I'm glad to see you back, I was wondering where you were.


----------



## Vaneyes (May 11, 2010)

brianwalker said:


> I was flabbergasted by the ferocity and spontaneity of his 1952 Bayreuth Tristan recording. His decline was a great loss for the world of music. It's hard to recall another case of the sharp decline of a conductor at so young--in conductor years--an age, unmotivated by physical ailments and the encroachment of death.


A fierce imagination, this "decline".


----------



## moody (Nov 5, 2011)

Vaneyes said:


> A fierce imagination, this "decline".


Yes,I thought he had an all skiing all rushing about,jumping up and down life style. He developed some heart problem late and had a back operation but he was 81 when he died.


----------



## Chi_townPhilly (Apr 21, 2007)

DavidA said:


> So does Lebrecht know something I don't know? Anyone any thoughts?

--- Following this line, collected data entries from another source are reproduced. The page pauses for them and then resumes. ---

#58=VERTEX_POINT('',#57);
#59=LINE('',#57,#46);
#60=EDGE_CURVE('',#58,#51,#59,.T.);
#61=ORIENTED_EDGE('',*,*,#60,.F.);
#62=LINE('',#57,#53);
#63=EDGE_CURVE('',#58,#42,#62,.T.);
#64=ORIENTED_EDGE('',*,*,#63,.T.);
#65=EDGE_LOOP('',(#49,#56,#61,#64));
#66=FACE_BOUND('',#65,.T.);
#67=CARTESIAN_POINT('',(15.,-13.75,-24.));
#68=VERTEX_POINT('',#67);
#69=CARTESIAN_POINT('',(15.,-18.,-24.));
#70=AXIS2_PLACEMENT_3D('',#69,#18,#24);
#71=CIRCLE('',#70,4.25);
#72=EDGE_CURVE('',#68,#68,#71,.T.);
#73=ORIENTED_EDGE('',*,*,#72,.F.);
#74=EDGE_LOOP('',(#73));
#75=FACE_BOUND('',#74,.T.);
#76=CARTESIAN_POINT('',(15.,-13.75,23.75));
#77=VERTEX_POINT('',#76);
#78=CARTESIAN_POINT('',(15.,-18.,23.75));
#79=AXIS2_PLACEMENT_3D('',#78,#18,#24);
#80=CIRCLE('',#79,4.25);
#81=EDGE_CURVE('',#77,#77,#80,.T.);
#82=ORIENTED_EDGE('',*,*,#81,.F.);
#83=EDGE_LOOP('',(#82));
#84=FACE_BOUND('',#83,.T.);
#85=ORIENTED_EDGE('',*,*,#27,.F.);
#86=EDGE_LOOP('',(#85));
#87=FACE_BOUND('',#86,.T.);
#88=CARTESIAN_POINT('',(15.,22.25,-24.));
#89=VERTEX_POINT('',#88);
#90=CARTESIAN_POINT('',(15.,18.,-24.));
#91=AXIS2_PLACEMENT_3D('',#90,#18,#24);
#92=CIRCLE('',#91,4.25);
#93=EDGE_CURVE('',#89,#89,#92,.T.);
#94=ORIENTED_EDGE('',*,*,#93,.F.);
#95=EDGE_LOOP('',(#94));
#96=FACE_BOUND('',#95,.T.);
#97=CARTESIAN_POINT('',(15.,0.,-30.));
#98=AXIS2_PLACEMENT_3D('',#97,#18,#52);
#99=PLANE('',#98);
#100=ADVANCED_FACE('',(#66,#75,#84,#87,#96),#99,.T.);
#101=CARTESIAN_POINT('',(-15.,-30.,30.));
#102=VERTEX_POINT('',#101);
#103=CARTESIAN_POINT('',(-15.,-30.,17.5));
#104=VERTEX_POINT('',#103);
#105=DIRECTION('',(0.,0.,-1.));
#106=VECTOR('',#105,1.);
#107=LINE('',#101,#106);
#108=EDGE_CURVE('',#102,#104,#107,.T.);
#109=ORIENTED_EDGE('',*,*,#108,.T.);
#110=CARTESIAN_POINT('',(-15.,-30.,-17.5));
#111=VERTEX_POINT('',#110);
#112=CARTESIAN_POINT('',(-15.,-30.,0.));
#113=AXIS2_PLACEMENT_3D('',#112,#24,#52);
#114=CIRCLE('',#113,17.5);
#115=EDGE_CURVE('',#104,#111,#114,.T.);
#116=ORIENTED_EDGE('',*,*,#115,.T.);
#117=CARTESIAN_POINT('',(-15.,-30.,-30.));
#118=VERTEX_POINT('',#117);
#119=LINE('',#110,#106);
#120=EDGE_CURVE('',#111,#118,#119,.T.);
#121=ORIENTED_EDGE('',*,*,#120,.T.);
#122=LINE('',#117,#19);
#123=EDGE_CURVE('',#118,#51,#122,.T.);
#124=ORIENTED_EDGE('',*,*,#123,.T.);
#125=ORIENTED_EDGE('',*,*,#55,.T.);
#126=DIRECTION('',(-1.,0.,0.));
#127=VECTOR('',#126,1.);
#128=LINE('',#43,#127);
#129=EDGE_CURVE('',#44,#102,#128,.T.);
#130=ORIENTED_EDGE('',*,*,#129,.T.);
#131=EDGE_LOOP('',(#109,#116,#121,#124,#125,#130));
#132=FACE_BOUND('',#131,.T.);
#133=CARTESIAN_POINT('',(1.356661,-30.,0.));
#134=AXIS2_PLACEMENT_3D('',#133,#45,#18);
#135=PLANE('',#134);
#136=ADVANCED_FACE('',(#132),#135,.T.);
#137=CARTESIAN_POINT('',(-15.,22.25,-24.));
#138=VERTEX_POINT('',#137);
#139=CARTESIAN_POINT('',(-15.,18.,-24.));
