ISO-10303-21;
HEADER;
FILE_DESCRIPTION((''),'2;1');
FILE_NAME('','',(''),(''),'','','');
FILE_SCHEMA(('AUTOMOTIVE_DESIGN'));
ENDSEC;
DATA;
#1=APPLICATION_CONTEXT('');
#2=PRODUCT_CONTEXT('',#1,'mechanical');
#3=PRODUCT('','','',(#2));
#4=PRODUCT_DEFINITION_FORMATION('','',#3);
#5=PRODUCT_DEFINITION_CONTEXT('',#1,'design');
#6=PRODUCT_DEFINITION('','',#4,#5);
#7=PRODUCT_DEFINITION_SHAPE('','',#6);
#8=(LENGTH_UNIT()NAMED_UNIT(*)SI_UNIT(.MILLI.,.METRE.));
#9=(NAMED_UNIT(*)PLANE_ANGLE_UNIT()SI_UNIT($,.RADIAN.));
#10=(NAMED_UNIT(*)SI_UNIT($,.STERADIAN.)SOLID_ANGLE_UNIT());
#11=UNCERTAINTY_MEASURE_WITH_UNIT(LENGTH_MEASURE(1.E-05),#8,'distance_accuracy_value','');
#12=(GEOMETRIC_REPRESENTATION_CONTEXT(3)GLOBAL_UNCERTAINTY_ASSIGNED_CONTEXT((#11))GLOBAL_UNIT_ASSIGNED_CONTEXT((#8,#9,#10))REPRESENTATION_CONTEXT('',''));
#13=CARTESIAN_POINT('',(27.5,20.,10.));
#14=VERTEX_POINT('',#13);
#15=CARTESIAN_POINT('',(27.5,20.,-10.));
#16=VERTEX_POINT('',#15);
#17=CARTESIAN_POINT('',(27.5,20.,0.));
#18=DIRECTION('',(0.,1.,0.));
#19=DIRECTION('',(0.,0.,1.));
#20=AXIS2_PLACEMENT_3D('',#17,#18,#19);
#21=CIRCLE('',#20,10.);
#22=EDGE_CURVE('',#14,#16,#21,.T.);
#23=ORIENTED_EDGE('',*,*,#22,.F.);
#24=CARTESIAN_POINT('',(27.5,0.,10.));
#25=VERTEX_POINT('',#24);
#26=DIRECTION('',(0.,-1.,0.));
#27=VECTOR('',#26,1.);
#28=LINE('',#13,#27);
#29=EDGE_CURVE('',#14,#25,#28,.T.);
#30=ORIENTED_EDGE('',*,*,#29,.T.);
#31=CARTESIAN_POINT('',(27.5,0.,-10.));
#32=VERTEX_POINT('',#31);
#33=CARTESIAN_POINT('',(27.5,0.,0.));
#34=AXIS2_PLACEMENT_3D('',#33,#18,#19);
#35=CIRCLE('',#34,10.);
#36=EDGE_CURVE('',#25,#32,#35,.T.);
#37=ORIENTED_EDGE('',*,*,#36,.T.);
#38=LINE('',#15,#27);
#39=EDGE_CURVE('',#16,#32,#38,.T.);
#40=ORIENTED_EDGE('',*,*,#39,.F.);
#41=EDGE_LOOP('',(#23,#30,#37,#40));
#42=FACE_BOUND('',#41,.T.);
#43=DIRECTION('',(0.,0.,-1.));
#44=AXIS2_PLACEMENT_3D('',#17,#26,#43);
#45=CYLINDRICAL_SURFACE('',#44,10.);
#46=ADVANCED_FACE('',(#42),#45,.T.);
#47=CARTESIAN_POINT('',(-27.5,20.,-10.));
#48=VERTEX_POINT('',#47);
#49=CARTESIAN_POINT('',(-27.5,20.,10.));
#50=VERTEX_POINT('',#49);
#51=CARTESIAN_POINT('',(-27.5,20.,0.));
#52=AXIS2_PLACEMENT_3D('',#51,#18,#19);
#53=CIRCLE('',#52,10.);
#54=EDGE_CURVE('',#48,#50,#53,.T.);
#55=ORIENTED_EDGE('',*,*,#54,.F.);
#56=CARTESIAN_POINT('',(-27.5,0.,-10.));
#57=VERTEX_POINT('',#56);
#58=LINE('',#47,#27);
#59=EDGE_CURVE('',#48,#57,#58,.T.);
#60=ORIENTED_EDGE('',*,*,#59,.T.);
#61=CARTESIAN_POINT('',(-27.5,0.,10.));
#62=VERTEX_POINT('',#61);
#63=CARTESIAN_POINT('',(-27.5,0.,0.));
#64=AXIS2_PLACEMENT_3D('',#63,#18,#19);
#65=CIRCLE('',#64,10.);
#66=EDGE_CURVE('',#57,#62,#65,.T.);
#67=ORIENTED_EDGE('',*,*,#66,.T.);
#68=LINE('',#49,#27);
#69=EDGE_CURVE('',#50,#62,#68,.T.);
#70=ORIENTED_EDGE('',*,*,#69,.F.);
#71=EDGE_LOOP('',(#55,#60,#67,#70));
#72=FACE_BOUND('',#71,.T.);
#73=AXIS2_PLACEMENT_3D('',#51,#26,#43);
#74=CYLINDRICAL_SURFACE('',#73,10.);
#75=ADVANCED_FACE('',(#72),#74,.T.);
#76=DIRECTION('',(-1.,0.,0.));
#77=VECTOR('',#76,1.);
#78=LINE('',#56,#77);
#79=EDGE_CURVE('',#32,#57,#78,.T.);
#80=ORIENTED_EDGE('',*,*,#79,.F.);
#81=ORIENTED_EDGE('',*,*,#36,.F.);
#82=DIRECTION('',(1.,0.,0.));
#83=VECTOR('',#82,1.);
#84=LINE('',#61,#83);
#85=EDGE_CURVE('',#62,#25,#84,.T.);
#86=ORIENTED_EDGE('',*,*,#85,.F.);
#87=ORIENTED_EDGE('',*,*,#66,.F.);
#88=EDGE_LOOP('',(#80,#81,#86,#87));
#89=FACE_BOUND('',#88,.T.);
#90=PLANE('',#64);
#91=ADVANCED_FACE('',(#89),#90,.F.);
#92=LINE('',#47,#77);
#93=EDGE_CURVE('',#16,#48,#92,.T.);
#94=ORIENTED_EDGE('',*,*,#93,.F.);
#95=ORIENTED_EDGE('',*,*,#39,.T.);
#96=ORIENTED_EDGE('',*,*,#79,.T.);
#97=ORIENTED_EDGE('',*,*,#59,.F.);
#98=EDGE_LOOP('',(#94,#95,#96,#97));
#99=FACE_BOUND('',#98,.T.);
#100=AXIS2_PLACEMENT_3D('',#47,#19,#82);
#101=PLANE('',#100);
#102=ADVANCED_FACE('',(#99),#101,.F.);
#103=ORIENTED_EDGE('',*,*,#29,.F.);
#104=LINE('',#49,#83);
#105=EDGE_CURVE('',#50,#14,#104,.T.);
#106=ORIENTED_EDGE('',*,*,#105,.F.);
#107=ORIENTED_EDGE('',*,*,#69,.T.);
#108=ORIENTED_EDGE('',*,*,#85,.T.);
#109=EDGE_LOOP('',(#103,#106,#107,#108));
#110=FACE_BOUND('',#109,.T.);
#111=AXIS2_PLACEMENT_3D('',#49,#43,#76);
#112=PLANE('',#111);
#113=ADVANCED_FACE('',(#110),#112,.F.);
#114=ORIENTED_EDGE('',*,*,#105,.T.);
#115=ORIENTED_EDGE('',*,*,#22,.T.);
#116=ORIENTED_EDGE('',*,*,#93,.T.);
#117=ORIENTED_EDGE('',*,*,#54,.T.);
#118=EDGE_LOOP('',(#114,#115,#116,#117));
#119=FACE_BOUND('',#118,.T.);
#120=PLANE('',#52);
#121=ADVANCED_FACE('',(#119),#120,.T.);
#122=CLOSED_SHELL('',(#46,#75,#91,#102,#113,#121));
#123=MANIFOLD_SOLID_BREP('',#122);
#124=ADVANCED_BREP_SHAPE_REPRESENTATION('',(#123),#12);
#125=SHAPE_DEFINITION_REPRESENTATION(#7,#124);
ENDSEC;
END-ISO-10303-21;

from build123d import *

# Parameters (mm, degrees)
BOSS_EXTRUDE1_DEPTH = 20


with BuildPart() as part:
    # Sketch1 → Boss-Extrude1 (new body)
    with BuildSketch(Plane(origin=(0, 0, 0), x_dir=(1, 0, 0), z_dir=(0, 1, 0))):
        with BuildLine():
            Line((-27.5, 10), (27.5, 10))
            ThreePointArc((27.5, 10), (37.5, 0), (27.5, -10))
            Line((27.5, -10), (-27.5, -10))
            ThreePointArc((-27.5, -10), (-37.5, 0), (-27.5, 10))
        make_face()
    extrude(amount=BOSS_EXTRUDE1_DEPTH)


solid = part.part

To invoke the spirit of a quote from a prominent 20th century American statesman, it's not that Lebrecht _doesn't_ know so much, it's that he knows so much that _isn't so._


----------



## moody (Nov 5, 2011)

Chi_townPhilly said:


> To invoke the spirit of a quote from a prominent 20th century American statesman, it's not that Lebrecht _doesn't_ know so much, it's that he knows so much that _isn't so._


I agree from what I've seen of him,but his remarks on Karajan are uncannily similar to Andrew Porter's who has no similarity to Lebrecht by any degree whatever.


----------



## Alydon (May 16, 2012)

DavidA said:


> The critic Norman Lebrecht, a serial Karajan hater, wrote in the Independent:
> 
> 'Almost everything Karajan conducted came out super-smooth, like cotton undershirts from a washing conditioner. Whether it was Bach or Bruckner, Rigoletto or Rapsodie Espagnole, the music followed a seamless line of artificial beauty that owed less to the composer's invention than to the conductor's intent on manufacturing a recognisable product.'
> 
> ...


I read Lebrecht's bile filled article the other day; he's had it in for Karajan and many others for years so there was little new he was actually saying, but on the subject of Rigoletto, no, no trace of any recording (or a concert performance) except some extracts from that opera on a compilation CD.


----------



## quack (Oct 13, 2011)

Perhaps he was judging just by the prelude. It seems strange such forensic criticism is aimed at Lebrecht's remark when it simply means he thinks Karajan all sounds the same. Whether that is the case or not is another matter but treating it as some earnest truth that Lebrecht thinks an opera can sound like a rhapsody is an odd reading.


----------



## DavidA (Dec 14, 2012)

moody said:


> Andrew Porter was /is one of the most respected critics ever, so don't lower yourself by making ridiculous comments,he certainly didn't need to make a name for himself !! Did you bother reading his credentials ,It is not interesting that you would like Karajan---no bite and no character,just shiny chomium plate ,it impresses the inexperieced.
> I prefer George Szell and Carl Schuricht among others, Beethoven shopuld be fairly rugged in my opinion.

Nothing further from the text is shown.